• **EXTRACTED RECORDS**:
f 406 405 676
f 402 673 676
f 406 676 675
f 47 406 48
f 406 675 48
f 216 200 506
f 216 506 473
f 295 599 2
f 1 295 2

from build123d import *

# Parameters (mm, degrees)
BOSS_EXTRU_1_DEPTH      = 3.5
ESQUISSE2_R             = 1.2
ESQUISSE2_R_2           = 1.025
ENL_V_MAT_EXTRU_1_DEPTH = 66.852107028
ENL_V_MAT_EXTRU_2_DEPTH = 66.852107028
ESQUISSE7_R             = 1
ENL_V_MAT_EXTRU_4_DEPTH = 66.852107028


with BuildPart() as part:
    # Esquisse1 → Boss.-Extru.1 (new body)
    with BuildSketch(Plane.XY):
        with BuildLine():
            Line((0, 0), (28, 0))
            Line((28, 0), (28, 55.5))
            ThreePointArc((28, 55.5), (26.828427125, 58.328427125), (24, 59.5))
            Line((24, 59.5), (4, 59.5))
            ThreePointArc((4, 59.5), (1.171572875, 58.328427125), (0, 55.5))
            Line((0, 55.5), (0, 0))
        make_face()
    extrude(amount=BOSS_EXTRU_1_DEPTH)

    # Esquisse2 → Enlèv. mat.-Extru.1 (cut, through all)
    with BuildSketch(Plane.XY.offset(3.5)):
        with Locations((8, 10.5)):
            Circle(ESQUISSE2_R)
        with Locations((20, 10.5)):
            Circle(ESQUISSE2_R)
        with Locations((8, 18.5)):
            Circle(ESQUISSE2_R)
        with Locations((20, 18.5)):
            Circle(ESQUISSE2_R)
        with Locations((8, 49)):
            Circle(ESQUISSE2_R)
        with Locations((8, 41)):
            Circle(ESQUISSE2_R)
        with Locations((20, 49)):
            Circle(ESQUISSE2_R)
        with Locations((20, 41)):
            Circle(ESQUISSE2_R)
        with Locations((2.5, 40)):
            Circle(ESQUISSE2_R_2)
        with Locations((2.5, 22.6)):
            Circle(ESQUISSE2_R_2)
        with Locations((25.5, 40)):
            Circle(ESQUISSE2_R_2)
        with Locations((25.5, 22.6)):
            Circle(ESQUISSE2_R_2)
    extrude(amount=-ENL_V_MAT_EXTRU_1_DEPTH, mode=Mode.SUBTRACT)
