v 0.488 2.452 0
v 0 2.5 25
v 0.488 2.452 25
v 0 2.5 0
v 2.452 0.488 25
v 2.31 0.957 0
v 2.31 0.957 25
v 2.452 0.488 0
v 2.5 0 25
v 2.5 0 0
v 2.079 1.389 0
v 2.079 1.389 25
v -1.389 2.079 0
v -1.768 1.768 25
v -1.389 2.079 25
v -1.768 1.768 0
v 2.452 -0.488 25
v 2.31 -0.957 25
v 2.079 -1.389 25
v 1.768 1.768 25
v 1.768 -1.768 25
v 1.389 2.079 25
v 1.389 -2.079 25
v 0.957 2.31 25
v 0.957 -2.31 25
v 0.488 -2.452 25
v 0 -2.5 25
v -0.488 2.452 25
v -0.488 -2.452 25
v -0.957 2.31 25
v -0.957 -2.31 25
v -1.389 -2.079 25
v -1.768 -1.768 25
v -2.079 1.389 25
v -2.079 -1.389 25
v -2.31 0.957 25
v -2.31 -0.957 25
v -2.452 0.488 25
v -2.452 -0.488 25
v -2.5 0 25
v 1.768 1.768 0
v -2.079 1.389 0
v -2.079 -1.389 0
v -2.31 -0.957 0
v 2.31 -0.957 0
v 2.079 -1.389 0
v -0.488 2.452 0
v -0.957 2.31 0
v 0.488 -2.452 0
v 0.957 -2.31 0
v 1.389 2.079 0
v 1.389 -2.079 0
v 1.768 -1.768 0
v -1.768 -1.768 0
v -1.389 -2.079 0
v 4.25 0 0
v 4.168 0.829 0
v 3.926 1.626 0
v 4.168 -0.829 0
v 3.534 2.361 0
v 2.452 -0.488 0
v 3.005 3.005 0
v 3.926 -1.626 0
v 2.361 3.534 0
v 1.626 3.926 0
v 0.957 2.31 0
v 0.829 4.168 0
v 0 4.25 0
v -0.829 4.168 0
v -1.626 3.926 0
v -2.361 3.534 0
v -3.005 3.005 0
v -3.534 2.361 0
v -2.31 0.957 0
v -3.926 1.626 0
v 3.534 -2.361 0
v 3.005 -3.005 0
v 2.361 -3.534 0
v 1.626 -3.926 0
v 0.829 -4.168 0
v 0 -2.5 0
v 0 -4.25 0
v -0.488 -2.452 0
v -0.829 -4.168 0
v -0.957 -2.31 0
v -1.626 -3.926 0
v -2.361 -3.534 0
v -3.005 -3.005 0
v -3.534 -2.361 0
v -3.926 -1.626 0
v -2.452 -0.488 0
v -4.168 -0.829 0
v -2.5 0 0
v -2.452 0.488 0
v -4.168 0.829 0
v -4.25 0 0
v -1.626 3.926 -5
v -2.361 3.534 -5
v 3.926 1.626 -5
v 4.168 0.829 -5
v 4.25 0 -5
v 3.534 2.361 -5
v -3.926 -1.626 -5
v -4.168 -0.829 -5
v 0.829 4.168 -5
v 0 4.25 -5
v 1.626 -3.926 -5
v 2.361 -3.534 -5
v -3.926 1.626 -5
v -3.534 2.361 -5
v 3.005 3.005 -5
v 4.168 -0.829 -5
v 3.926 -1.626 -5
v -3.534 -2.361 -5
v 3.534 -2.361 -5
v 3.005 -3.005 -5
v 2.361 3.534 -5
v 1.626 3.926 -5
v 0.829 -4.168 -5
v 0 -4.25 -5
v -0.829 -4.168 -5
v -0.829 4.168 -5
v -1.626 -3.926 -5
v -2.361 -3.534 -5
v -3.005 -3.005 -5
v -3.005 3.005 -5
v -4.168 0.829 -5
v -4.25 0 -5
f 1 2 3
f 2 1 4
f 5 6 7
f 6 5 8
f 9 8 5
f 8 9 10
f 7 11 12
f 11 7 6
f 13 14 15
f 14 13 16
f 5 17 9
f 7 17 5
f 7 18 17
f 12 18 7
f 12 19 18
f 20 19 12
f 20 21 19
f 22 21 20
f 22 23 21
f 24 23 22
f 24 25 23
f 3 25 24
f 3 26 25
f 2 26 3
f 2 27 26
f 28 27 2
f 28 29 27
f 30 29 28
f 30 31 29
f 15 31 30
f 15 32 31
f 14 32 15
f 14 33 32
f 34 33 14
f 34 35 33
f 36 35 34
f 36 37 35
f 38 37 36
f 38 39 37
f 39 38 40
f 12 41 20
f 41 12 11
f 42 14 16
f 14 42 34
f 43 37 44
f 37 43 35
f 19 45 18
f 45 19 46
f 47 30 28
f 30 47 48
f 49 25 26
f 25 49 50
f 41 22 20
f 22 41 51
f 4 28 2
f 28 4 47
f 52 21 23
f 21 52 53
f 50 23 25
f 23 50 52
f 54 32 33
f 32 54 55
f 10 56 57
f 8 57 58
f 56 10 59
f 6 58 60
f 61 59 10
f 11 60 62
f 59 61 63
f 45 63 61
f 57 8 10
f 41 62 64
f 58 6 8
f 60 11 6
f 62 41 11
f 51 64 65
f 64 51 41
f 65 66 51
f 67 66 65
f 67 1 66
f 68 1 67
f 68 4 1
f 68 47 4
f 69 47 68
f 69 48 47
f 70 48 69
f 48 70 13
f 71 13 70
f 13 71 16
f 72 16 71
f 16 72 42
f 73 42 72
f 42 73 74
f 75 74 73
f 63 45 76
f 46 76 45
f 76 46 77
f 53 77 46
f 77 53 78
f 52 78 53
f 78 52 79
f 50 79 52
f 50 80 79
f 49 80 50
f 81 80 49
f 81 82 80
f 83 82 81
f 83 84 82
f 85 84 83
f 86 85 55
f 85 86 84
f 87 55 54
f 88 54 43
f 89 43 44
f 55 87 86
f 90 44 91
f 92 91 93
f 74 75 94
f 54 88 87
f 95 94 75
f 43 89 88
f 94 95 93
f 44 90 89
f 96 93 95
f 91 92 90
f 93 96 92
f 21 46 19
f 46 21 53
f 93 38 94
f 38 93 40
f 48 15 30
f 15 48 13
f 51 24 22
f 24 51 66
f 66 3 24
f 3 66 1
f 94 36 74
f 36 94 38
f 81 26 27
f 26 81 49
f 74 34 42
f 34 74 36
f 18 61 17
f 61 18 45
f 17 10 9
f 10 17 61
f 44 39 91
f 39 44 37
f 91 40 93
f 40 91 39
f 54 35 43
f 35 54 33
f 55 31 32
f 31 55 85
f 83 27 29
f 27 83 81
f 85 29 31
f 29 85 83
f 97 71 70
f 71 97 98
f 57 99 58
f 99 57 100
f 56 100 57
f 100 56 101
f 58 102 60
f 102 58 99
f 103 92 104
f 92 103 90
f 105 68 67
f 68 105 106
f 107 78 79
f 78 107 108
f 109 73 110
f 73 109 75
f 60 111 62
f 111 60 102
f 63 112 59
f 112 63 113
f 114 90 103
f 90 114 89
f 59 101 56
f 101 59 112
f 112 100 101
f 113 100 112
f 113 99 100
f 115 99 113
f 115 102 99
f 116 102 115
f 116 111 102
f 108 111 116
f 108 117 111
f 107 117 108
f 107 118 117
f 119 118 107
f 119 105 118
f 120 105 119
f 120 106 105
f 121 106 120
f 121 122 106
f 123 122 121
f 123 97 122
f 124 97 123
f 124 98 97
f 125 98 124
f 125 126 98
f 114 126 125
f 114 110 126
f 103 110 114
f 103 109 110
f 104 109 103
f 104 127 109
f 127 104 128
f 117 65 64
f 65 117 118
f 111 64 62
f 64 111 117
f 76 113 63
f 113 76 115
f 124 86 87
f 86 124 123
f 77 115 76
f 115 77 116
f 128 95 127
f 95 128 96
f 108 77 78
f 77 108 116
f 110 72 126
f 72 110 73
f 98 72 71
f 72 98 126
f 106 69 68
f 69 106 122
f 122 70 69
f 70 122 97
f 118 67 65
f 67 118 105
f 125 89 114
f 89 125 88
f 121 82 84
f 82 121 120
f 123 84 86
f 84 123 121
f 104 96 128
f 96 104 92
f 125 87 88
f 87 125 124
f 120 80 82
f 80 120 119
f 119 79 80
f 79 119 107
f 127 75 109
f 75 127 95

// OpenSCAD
// Purchased hardware envelope; no modeled threads, not print.
$fn=32;
union(){cylinder(d=5,h=25);translate([0,0,-5])cylinder(d=8.5,h=5);}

• **EXERCISE BRIEF**: Your reply should be one number: how many lines in this listing contain the string "extrude".

• **ANSWER BOX**: 2